# Owed wages and holiday pay



## François (7 Jan 2010)

Hi,

I haven't been paid in nearly four weeks.

The company I work for is in a pretty bad situation. It owes vast sums of money to banks and creditors. 

My boss suggested to me that he could put me on temporary lay off if I wanted. This would mean I would be able to claim social welfare for up to 8 weeks then I could apply for my statutory redundancy from the government.

Or I could continue working as I do now and he will pay me what I am owed when money finally comes in. 

I really cant see any money coming in for at least a month and at that stage I will be owed nearly 2 months wages plus holiday pay and I really cannot see there being enough money to cover the companys arrears when it does.

My question is if I continue to work on the promise of being paid everything I am owed in a months time, and when that time comes there is not enough money to cover my wages will I be able to claim my lost wages and holiday pay through some government body? 

The company owes millions to banks and creditors so I know that when it finally goes in to liquidation there will be no money to pay me what I am owed.

But on the other hand if I was guaranteed to get my wages from some government body (if my boss is unable to pay me) it would make sense for me to continue working as my weekly wage is €800 compared to €195 on the social welfare.

Can anyone advise me?

Regards,

Fran


----------



## jack2009 (7 Jan 2010)

The Department of Enterprise Trade and employment will restrict your wage and holiday pay to €600 per week and they will not pay you for more than 8 weeks.  However, if the company does close you will not be able to work your statutory notice period and this will also be covered by the Department of Enterprise Trade and Employment.  The other problem is that you will be waiting for about 6 months before getting paid.  

If you have worked there for more than 2 years then you are entitled to statutory redundancy.  

The Department of Enterprise Trade and Employment will not pay you your statutory redundancy if the company continues trading without going to the Employment Appeals Tribunal this means another long wait.

Your employer is supposed to pay you and then claim a rebate of 60%.

If you hang in there, and then suffer a loss you are back to waiting for the Department to process your claim that will be restricted to €600.

You are in a bit of a muddle, work out how much you are due including statutory redundancy and stick with the company for that period of time.
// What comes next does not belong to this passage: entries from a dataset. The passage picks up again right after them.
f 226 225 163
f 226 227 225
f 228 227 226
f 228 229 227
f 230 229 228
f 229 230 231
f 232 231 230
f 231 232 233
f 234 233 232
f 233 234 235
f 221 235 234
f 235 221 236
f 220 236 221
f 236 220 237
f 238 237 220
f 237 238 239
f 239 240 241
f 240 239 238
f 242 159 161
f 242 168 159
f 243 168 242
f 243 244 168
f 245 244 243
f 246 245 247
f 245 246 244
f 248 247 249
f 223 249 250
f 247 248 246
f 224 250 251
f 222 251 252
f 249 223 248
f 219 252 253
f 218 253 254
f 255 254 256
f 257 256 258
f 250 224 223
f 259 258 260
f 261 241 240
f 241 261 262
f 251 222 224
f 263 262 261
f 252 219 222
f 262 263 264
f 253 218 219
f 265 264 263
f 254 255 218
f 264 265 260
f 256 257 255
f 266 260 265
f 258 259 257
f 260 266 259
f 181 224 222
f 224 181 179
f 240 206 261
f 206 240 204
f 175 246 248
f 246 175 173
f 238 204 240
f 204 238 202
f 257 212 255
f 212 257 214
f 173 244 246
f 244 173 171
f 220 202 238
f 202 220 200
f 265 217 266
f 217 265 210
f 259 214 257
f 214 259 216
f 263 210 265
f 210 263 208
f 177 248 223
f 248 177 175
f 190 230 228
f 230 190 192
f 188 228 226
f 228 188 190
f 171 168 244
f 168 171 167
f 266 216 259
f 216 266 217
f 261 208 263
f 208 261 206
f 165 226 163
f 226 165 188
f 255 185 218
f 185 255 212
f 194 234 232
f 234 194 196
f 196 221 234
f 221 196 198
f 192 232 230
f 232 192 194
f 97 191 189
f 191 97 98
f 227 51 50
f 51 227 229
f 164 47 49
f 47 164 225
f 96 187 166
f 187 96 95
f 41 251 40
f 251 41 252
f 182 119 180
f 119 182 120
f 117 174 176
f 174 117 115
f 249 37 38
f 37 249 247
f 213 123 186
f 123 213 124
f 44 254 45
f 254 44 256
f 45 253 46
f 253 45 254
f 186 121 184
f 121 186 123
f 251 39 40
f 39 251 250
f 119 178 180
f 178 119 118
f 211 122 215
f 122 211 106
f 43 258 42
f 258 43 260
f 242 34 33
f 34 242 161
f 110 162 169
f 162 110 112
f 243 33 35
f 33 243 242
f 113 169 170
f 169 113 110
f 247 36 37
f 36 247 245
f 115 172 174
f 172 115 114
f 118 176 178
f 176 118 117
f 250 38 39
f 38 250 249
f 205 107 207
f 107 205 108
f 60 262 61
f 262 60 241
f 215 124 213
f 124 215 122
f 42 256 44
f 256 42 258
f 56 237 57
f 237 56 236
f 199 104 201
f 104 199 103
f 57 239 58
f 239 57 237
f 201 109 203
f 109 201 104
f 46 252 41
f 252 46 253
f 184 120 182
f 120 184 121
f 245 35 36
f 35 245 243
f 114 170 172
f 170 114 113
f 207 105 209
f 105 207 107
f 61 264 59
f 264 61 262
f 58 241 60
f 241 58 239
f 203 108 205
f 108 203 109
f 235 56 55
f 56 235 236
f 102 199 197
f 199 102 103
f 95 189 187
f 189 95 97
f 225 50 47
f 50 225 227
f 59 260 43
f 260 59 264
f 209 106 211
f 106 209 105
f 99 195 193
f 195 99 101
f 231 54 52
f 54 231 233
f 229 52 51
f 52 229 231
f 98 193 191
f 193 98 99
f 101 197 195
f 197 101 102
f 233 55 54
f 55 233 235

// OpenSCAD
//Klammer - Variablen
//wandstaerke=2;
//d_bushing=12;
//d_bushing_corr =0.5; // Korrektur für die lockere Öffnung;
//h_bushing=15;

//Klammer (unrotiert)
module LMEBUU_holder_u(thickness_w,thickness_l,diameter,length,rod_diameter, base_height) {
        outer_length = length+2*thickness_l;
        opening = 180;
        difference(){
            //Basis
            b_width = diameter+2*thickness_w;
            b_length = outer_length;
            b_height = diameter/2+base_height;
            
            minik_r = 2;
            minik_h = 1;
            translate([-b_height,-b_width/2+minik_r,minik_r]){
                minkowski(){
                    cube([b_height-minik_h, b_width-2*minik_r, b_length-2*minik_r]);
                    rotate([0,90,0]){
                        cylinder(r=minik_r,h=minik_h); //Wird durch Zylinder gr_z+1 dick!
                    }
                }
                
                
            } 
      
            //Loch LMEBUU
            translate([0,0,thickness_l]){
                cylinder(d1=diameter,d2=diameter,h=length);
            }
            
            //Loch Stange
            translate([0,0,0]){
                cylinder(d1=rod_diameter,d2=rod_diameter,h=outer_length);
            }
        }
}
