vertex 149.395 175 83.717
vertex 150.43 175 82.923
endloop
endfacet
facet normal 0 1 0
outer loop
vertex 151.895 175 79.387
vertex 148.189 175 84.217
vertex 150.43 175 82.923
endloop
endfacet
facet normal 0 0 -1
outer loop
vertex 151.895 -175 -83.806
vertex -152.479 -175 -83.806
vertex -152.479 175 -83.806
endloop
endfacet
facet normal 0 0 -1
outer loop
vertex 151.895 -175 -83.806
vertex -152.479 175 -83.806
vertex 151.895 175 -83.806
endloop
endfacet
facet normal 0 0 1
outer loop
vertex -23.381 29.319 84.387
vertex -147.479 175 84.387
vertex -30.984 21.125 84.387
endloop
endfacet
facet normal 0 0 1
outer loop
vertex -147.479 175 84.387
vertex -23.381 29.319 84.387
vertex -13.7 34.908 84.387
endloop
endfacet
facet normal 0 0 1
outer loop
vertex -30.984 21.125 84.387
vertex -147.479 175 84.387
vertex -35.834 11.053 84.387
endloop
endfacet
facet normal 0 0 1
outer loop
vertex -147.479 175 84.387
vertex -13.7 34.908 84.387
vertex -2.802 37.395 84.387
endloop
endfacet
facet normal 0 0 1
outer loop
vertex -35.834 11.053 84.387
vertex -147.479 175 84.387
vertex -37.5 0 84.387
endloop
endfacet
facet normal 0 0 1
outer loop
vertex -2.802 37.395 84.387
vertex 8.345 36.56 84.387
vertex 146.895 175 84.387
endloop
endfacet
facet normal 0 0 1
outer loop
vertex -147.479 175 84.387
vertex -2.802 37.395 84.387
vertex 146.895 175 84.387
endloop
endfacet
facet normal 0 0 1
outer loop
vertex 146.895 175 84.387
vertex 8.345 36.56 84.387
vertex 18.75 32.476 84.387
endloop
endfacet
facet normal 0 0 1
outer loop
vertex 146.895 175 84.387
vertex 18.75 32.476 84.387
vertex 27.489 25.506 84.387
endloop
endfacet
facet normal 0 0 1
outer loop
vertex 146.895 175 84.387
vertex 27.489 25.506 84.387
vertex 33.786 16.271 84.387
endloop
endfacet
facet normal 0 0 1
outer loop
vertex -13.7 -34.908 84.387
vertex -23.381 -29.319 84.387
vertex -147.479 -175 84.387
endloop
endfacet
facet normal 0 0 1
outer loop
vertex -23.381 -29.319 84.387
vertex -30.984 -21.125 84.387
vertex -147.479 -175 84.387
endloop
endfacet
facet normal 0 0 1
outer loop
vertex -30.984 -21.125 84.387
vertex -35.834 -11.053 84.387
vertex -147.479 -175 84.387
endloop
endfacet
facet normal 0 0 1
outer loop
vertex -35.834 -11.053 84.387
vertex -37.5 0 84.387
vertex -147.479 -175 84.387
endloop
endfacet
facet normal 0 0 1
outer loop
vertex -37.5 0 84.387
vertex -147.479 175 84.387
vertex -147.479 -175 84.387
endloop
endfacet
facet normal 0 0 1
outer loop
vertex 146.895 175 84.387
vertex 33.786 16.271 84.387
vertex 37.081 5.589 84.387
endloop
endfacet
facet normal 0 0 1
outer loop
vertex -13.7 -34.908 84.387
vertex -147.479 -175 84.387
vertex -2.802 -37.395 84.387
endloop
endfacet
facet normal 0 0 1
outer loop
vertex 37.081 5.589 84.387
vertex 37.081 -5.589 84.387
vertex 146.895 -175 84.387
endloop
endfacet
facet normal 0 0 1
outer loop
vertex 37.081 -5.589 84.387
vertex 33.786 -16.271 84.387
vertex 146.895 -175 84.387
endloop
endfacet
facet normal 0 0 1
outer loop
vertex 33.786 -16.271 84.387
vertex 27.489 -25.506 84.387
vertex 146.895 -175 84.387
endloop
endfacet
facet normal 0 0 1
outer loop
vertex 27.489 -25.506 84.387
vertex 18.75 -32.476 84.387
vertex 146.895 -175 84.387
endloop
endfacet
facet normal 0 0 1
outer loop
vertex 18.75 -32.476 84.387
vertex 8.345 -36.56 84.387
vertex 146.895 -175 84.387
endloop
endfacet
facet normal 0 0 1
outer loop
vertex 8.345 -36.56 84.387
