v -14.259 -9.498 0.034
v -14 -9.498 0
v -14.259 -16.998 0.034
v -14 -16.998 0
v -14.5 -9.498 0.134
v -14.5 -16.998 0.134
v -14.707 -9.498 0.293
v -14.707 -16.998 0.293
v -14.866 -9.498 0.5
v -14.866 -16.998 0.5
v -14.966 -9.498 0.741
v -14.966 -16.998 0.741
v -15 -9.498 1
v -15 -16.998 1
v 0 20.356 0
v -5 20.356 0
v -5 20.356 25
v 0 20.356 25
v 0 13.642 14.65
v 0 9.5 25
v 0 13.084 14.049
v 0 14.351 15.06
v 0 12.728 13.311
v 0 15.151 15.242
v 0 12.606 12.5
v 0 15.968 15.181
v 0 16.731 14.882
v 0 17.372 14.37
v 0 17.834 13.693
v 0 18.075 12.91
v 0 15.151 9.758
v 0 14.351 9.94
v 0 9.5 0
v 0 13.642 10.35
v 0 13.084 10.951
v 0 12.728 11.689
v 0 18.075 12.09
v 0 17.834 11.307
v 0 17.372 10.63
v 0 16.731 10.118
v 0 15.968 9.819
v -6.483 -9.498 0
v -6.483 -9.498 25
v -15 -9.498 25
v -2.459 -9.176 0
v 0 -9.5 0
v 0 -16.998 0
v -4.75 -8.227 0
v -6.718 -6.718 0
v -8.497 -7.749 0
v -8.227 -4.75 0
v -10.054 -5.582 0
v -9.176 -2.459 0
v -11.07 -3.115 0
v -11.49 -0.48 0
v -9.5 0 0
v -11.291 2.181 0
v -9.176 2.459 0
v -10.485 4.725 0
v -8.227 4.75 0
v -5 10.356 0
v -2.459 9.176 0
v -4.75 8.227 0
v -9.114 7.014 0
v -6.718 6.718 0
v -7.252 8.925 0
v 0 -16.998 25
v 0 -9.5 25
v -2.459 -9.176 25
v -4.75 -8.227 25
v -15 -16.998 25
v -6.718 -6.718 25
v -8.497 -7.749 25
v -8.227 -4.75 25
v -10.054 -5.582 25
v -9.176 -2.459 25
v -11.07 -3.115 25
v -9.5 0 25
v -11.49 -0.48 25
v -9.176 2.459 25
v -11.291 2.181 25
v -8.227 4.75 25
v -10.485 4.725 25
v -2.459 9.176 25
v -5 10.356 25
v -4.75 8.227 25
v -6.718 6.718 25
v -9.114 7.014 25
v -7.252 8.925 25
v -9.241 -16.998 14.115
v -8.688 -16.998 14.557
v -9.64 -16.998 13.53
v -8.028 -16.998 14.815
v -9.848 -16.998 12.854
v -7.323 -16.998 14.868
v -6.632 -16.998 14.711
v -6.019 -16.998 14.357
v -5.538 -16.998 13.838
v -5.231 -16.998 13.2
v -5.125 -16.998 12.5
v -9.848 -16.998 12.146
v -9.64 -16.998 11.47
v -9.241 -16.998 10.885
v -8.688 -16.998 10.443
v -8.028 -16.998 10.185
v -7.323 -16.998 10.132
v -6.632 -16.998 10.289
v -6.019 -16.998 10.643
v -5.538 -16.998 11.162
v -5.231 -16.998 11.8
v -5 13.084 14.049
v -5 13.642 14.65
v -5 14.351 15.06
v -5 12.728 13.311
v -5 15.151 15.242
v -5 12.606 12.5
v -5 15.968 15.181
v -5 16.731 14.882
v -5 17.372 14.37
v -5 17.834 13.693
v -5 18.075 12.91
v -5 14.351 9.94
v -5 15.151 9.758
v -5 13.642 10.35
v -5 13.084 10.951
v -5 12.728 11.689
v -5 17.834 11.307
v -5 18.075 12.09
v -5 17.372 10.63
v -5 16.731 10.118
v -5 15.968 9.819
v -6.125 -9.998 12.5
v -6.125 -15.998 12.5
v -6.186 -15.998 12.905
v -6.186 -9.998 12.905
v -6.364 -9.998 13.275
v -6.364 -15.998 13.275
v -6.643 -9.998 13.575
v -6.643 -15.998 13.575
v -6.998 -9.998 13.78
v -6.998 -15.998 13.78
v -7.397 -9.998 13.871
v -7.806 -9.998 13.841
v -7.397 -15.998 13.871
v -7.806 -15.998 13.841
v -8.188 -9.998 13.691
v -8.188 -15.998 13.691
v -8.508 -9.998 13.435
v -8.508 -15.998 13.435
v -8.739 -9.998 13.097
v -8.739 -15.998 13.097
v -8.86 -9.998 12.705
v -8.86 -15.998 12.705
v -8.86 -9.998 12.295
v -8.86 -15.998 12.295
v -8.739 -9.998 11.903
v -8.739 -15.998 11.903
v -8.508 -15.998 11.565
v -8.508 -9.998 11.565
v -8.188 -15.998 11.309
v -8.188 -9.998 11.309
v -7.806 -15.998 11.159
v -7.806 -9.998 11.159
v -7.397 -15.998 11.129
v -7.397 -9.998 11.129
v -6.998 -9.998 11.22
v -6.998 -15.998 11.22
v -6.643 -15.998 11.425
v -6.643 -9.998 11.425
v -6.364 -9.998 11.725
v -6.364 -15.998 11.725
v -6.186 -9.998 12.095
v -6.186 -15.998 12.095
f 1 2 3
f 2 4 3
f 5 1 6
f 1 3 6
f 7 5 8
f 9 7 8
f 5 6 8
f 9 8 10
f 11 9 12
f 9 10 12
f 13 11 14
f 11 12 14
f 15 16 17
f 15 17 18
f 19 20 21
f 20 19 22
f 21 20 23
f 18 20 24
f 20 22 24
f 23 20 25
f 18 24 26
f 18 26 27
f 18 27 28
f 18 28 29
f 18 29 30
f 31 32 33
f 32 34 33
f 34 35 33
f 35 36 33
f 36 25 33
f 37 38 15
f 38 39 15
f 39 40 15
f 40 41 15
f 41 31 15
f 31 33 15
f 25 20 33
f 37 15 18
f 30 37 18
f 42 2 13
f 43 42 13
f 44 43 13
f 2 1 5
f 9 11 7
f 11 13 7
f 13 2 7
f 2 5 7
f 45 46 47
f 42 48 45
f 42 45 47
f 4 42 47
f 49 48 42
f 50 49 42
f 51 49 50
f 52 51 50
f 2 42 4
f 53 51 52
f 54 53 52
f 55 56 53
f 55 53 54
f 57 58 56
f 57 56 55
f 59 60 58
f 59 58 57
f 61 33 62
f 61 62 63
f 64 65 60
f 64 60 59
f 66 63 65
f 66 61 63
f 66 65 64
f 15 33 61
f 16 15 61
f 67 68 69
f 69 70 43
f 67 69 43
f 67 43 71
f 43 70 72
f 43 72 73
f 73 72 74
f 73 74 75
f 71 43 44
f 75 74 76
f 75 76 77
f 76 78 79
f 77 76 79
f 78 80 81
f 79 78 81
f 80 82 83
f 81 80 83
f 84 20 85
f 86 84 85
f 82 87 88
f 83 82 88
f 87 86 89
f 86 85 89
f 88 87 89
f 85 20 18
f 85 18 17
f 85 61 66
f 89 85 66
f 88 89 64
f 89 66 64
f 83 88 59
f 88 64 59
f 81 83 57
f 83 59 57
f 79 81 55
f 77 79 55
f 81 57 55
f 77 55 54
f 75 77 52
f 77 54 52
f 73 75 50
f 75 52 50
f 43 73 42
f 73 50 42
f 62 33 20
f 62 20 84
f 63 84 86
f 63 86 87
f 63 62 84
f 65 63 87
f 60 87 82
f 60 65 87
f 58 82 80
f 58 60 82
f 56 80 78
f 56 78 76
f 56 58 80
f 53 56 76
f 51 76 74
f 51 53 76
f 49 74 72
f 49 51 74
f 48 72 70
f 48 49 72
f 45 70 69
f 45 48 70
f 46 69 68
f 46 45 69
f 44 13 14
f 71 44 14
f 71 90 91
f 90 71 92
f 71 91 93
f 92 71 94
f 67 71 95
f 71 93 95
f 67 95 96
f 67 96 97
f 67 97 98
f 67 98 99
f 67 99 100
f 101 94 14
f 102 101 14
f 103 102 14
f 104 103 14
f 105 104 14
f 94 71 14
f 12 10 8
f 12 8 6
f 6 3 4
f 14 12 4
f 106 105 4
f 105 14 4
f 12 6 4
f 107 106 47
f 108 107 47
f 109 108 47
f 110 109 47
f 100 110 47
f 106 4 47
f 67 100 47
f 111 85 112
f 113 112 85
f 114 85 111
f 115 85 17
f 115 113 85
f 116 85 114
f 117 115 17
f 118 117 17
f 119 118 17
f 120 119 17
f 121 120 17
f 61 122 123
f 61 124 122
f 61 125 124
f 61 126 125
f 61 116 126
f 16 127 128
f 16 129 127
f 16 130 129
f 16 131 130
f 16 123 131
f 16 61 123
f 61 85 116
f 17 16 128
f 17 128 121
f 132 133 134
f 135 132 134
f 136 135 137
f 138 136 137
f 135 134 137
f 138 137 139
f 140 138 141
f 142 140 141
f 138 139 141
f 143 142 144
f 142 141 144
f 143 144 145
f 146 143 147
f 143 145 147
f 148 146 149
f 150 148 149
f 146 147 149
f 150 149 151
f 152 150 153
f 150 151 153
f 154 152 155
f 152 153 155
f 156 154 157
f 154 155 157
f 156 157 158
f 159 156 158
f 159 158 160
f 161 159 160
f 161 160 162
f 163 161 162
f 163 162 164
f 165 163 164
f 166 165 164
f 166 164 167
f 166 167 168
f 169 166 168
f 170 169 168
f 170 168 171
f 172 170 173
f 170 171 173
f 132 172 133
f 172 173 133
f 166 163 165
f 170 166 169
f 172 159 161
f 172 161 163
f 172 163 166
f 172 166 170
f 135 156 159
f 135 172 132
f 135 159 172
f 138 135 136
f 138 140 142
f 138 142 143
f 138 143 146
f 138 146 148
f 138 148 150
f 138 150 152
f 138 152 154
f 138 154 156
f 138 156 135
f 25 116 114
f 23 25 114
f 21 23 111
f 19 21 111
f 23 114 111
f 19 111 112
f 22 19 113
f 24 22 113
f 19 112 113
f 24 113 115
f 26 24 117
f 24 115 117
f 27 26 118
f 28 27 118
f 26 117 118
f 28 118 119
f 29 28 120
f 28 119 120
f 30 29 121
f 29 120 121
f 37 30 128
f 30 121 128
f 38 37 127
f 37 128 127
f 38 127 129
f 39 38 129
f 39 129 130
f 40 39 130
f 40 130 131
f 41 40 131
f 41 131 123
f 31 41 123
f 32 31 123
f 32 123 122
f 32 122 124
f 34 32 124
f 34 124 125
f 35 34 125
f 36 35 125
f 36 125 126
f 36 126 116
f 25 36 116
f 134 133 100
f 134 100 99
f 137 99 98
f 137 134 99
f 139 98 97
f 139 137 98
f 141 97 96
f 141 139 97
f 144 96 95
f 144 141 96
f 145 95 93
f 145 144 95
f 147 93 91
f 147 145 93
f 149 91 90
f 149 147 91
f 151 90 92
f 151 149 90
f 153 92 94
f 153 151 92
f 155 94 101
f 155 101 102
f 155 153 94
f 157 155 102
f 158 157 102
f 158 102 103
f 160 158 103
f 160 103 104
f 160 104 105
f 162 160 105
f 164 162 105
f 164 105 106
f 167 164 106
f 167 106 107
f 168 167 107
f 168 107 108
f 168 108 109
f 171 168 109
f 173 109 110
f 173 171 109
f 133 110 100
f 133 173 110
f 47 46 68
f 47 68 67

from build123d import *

# Parameters (mm, degrees)
PAD004_DEPTH    = 25
SKETCH011_R     = 1.375
POCKET007_DEPTH = 7
SKETCH012_R     = 2.75
POCKET008_DEPTH = 7
FILLET012_R     = 1
CHAMFER001_SIZE = 1


with BuildPart() as part:
    # Sketch008 (on XY_Plane003 of Origin006) → Pad004 (new body)
    with BuildSketch(Plane.XY):
        with BuildLine():
            ThreePointArc((0, 9.5), (-9.5, 0), (0, -9.5))
            Line((0, -9.5), (0, -16.99844))
            Line((-15, -16.99844), (0, -16.99844))
            Line((-15, -9.49844), (-15, -16.99844))
            Line((-6.483027, -9.49844), (-15, -9.49844))
            ThreePointArc((-5, 10.356158), (-11.468053, 0.856599), (-6.483027, -9.49844))
            Line((-5, 10.356158), (-5, 20.356158))
            Line((-5, 20.356158), (0, 20.356158))
            Line((0, 9.5), (0, 20.356158))
        make_face()
    extrude(amount=PAD004_DEPTH)

    # Sketch011 (on Face6 of Pad004) → Pocket007 (cut)
    with BuildSketch(Plane.XZ.offset(16.99844)):
        with Locations((-7.5, 12.5)):
            Circle(SKETCH011_R)
    extrude(amount=-POCKET007_DEPTH, mode=Mode.SUBTRACT)

    # Sketch012 (on Face1 of Pocket007) → Pocket008 (cut)
    with BuildSketch(Plane(origin=(-5, 0, 0), x_dir=(0, -1, 0), z_dir=(-1, 0, 0))):
        with Locations((-15.356158, 12.5)):
            Circle(SKETCH012_R)
    extrude(amount=-POCKET008_DEPTH, mode=Mode.SUBTRACT)

    # Fillet012
    fillet012_edges = [part.edges().sort_by_distance(p)[0] for p in [
        (-15, -13.24844, 0),
    ]]
    fillet(fillet012_edges, radius=FILLET012_R)

    # Chamfer001
    chamfer001_edges = [part.edges().sort_by_distance(p)[0] for p in [
        (-8.875, -16.99844, 12.5),
    ]]
    chamfer(chamfer001_edges, length=CHAMFER001_SIZE)


solid = part.part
Is there any chance that the company situation will improve or is it on the verge or past the point of trading while insolvent.


----------



## François (7 Jan 2010)

Jack, thanks for replying.

I really think the company is beyond being salvaged at this point, the market has completely collapsed and a lot of businesses that owe us money have gone to the wall.

So are you saying if in a months time, I am owed 8 weeks wages of €800 which is €6,400. The Department of Enterprise Trade and Employment will pay me 8 weeks wages of €600 which is €4800 which mean a loss of €1,600. So realistically I would be best off to apply to the DETE after 8 weeks of non payment as I would not be entitled to anything beyond that point.

Regards,

Fran


----------



## jack2009 (7 Jan 2010)

No, not as simple as that as the Department will not pay unless the company has gone into liquidation at this stage!  Although I think you may be able to get paid if you go through the Employment Appeals tribunal.


----------



## François (7 Jan 2010)

Thanks, jack. 

I don't particularly want to go down the social welfare route if i can help it.

I think i'll persist with the job if there is a good chance that i will be paid the bulk of my 8 weeks wages through DETE or the Employment Appeals tribunal if my boss is unable to pay me at that point.


----------



## jack2009 (7 Jan 2010)

Best of luck, feel free to post any further questions you may have.


----------



## Liquidator (12 Mar 2010)

Francois, it sounds very much as though the company will be put into recievership by the banks (if they owe as much as you say.)..When this happens it is likely that you will keep your job under the reciever.  Also you will be able to claim arears of wages from them.  Ask fill out an EIP1 form and have them lodge it with entemp


----------



## jack2009 (12 Mar 2010)

Op makes no mention of the company being in arrears with the bank!

To say that OP will be "likely" to keep job under the receivership, is very misleading as this is often not the case.


----------